I'm not in favor of it, and there might be some easy macro for that.

I went ahead and wrote a quick'n'dirty one:

class Main {
    static function main() {
        var a = 1, b = 2;
        trace(obj(a, b, c=a+b));
    }

    macro static function obj(exprs:Array<haxe.macro.Expr>):haxe.macro.Expr {
        var fields = [];
        for (e in exprs) {
            switch e {
                case macro $i{name}: fields.push({field: name, expr: e});
                case macro $i{name}=$e: fields.push({field: name, expr: e});
                case _: haxe.macro.Context.error("unsupported expression", e.pos);
            }
        }
        return {pos: haxe.macro.Context.currentPos(), expr: EObjectDecl(fields)};
    }
}
Lerc commented 5 years ago

IMO we give up some language clarity for the sake of saved keystrokes.

This is not a matter of keystokes. It is a mater of code clarity.

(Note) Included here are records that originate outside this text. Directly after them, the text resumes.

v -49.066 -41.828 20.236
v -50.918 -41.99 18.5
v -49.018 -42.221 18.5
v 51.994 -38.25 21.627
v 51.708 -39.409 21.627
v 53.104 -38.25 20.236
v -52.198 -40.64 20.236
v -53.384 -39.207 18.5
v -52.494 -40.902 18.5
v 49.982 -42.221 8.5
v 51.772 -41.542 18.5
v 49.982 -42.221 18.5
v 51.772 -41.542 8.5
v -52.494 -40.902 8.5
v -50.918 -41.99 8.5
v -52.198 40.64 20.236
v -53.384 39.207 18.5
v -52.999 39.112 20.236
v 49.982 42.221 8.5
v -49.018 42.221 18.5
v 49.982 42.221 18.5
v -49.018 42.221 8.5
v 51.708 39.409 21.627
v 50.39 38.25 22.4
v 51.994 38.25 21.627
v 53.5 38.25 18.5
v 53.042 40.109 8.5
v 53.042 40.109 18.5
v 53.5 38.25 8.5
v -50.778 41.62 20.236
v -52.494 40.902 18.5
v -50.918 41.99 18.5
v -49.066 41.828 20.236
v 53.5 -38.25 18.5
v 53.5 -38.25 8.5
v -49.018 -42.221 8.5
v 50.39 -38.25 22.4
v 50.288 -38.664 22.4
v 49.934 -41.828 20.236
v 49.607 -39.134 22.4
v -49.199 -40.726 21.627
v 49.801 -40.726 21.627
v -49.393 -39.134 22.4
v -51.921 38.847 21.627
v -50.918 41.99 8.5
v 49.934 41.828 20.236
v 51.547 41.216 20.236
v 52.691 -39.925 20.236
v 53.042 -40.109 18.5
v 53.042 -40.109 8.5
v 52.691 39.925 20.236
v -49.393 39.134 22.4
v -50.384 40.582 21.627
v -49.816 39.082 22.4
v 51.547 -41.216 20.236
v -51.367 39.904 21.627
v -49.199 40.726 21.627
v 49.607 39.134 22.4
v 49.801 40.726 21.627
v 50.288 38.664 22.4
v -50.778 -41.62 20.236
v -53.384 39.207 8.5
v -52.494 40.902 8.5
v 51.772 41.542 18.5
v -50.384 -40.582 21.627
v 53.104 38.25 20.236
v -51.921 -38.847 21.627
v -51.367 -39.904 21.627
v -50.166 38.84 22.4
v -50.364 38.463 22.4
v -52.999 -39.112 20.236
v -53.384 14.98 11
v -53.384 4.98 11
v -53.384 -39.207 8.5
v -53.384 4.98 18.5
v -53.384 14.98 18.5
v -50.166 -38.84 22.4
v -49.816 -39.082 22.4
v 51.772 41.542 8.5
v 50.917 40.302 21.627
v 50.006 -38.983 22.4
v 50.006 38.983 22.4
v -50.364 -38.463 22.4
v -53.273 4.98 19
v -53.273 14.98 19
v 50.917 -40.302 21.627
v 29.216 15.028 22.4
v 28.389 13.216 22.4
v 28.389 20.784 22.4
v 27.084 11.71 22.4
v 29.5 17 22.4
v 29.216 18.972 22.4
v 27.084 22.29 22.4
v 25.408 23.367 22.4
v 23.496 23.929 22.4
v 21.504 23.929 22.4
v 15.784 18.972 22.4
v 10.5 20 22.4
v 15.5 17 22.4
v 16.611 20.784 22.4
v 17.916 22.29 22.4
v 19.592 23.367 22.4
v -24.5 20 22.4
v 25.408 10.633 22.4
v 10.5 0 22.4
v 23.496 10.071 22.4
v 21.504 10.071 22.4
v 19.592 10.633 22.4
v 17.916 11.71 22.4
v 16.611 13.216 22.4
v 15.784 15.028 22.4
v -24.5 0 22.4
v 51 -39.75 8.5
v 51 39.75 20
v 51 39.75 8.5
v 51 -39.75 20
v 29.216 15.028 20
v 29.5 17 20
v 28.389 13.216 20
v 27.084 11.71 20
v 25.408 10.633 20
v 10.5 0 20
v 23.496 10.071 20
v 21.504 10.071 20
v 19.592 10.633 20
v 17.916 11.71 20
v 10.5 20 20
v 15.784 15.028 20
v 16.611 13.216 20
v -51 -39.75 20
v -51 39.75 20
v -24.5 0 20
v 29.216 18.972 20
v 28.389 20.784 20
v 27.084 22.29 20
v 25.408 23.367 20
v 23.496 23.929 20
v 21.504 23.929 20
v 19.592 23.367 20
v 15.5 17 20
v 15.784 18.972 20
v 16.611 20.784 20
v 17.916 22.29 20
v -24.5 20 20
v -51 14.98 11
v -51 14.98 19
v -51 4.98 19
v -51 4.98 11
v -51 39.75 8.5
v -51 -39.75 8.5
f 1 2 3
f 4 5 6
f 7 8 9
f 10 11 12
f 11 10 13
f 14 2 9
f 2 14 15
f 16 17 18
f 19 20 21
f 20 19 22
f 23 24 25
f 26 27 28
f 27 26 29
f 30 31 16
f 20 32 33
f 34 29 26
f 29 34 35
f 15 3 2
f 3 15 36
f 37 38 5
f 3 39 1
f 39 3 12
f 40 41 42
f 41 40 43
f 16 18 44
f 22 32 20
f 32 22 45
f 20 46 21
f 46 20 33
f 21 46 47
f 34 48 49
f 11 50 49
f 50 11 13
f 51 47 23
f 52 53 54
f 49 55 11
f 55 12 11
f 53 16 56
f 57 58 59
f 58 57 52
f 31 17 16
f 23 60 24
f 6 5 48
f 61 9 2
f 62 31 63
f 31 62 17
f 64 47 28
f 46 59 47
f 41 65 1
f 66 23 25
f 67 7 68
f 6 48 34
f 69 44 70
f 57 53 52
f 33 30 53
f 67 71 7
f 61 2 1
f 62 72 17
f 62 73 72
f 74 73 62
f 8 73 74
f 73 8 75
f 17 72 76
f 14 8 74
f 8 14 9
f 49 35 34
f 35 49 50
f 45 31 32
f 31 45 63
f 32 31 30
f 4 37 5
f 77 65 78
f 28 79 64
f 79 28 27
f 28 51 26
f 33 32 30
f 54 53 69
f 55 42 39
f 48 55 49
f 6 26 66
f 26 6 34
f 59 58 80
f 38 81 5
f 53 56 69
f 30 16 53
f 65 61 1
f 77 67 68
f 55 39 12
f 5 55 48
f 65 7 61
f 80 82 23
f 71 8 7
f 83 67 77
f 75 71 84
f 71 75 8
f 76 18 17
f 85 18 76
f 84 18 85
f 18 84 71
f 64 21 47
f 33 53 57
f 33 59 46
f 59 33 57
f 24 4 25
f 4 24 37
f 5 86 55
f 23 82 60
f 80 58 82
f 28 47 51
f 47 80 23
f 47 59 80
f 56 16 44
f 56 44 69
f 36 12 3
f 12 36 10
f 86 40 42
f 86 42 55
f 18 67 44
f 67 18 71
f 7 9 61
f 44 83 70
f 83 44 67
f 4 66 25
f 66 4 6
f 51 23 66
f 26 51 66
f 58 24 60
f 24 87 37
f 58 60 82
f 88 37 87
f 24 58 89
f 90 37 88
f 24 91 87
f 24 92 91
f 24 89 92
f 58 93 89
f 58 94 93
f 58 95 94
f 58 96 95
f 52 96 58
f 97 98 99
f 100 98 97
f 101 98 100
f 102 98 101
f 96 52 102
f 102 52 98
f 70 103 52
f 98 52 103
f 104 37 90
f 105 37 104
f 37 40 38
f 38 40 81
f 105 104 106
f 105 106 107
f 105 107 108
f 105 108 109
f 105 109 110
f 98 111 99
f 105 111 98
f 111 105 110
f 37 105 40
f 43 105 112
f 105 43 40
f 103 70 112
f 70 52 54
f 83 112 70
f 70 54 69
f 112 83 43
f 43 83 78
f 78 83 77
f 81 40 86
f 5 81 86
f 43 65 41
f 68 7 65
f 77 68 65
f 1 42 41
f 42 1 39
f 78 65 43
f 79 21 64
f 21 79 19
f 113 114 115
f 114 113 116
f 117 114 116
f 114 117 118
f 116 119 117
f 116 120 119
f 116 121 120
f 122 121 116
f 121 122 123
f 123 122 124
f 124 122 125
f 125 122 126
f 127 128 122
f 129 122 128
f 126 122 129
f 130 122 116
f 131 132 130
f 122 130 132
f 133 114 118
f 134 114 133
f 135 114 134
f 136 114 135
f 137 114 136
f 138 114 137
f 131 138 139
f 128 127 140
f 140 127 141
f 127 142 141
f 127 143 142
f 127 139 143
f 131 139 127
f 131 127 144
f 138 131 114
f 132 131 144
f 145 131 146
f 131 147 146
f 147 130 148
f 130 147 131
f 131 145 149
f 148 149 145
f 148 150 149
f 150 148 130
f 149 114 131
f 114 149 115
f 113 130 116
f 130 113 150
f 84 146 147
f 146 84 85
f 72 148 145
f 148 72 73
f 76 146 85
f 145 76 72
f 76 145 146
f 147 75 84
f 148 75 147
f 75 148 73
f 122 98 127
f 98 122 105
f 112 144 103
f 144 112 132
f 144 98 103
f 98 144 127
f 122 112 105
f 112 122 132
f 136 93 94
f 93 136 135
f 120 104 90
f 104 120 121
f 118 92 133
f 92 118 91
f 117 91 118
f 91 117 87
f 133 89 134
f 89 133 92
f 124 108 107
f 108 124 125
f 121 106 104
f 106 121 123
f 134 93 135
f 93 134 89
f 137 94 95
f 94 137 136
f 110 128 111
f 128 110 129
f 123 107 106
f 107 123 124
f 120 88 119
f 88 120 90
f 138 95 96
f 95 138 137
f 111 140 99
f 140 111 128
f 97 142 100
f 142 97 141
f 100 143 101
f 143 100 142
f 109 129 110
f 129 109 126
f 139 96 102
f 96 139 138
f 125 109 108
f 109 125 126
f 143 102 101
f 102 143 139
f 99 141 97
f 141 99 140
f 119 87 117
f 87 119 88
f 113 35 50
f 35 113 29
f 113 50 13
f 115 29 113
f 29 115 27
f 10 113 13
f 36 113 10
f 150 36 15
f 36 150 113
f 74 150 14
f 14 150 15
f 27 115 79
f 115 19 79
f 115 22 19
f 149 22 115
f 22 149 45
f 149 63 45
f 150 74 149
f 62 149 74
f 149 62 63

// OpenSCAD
/* This module constructs the main body of the enclosure. First, we name the module: */

//pcb dimensions (mm)
pcb_l = 92; // (x dim, edges of PCB)
pcb_w = 69.5; // (y dim, edges of PCB)
pcb_h = 30; // (z dim, from bottom of PCB to top with placed components / headers / etc)r

buffer = 10; // buffer zone around edges of pcb
wall_thickness = 2;

// inner cavity size overall
cavity_l = pcb_l+buffer; // x dim
cavity_w = pcb_w+buffer; // y dim
cavity_h = pcb_h+buffer; // z dim

// outer dimensions
minkowski_radius = cavity_h/10;
outer_l = cavity_l + wall_thickness/2;
outer_w = cavity_w + wall_thickness/2;
outer_h = cavity_h + wall_thickness/2;


//top cover height
cover_height = 10 + wall_thickness; 

// button 1
button1_radius = 3.5; //mm
button1_y = -12.09;
button1_z = 5;

// button 2
button2_radius = button1_radius;
button2_y = -22.53;
button2_z = button1_z;

// mic
mic_radius = 7;
mic_x = 22.5;
mic_y = 17;

// usb opening
usb_y = 9.98;
usb_dy = 10;
usb_z = 15;
usb_dz = 8;

//screen
screen_x = -7; //x position of center of screen
screen_y = 10; //y position of center of screen
screen_dx = 35; //length of screen (x dim)
screen_dy = 20; //

module enclosure() {

difference() {

minkowski()
{

difference()
{
translate([0,0,0])
//make the box larger than the cavity by wall thickness, correcting for minkowski radius  
cube([outer_l - minkowski_radius,
      outer_w - minkowski_radius,
      outer_h - minkowski_radius], 
      center=true);
};

sphere(minkowski_radius);
};

cube([cavity_l,cavity_w,cavity_h], center=true);
}
}

module enclosureHoles() {

union() {

// USB
translate([-cavity_l/2-10,usb_y-usb_dy/2,usb_z-usb_dz/2])
cube([10*wall_thickness, usb_dy, usb_dz]);
    
// button #1
translate([-cavity_l/2,button1_y,button1_z])
rotate([0,-90,0])
cylinder(r=button1_radius, h=10*wall_thickness);

// button #2
translate([-cavity_l/2,button2_y,button2_z])
rotate([0,-90,0])
cylinder(r=button2_radius, h=10*wall_thickness);
    
// Screen
translate([screen_x-screen_dx/2,screen_y-screen_dy/2,cavity_h/2])
cube([screen_dx, screen_dy,10*wall_thickness]);

// mic
translate([mic_x,mic_y,cavity_h/2-10*wall_thickness/2])
cylinder(r=mic_radius, h=20*wall_thickness);

}
}

module concat() {

difference() {
enclosure();
enclosureHoles();
}
}


// RENDER FULL
//concat();

/* To actually print, we’ll need to render it in two separate halves which we will attach later. So, comment out the above concat() command and instead run the below code to render the top only */


// RENDER COVER (by subtracting bottom)
difference() {
concat();
translate([0,0,-cover_height])
cube([outer_l*1.5,outer_w*1.5,outer_h], center=true);
}



//// RENDER BOTTOM (by subtracting top)
//difference() {
//concat();
//translate([0,0,outer_h-cover_width])
//cube([outer_l*1.5,outer_w*1.5,outer_h], center=true);
//}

I don't believe it significantly reduces language clarity.

Would this work too: {p.x, p.y} = {x: p.x, y: p.y}

no, however if destructuring assignment were also implemented.

var {x,y}=p;
var q={x,y};

Maxe a piece of code saying 'take x and y from put them in q' The compiler should ideally see no difference to var q={x:p.x,y:p.y}

While I agree that implementing this in a macro is simple enough, unless you have a way of transparently invoking the macro I think you are trading one form of redundant text for another. I doubt I would use a macro for simple cases like {x,y}, but I would for some larger uses, for example

  var accessFunctions = {
    sendError,
    sendMessage,
    sendObject,
    remove,
    setName,
    joinGroup,
    leaveGroup};

I suspect the 'there's a macro for that' requires a broarder discussion. While macros are amazing, if every tiny enhancement were added though macros then code would become a morass of macro invocations and dependancies. That is pobably a dicussion to be held elsewhere, but it is worth considering. A policy guiding the philosophy behind 'why a macro' and 'why not a macro' would be helpful.

Simn commented 5 years ago

We discussed this and decided to reject it for the reasons already stated.

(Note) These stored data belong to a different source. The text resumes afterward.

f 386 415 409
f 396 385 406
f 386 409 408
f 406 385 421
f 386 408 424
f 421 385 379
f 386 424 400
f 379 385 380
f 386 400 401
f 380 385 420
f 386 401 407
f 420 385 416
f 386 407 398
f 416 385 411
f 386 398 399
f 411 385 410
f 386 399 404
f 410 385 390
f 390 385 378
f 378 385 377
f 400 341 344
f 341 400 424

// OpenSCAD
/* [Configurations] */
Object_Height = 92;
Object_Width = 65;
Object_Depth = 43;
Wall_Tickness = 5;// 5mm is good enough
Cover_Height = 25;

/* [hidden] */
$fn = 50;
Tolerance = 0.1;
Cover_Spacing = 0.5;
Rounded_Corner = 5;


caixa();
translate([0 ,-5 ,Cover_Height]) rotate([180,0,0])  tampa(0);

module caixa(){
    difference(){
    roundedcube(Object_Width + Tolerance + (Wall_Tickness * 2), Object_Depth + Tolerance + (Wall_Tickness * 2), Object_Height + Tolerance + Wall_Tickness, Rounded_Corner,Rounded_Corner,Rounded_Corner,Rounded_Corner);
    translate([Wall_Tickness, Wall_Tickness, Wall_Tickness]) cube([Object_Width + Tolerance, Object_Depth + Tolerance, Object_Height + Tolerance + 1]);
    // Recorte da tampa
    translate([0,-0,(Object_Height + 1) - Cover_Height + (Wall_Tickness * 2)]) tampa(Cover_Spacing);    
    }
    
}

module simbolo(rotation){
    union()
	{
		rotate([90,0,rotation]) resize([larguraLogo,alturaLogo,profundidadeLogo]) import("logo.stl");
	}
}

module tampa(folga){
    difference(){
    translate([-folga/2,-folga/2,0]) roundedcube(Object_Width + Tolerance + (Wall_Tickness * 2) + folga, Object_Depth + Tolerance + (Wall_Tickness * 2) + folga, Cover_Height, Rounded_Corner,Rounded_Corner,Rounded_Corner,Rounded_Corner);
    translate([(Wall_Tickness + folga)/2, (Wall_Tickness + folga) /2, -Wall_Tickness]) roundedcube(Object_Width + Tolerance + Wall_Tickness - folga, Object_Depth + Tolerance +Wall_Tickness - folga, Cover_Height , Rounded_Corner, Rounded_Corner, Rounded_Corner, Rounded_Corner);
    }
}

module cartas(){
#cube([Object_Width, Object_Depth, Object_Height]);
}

Lerc commented 5 years ago

Where was this discussed and decided? If it were elsewhere I would have liked to have been able to participate. If the discussion was here only, then the reasoning needs to be elaborated, I would like to address any specific objecttions.

This is not how the process is described as working.

Simn commented 5 years ago

We discussed this in our developer meeting yesterday. I don't know what else to tell you, we simply don't want this syntax.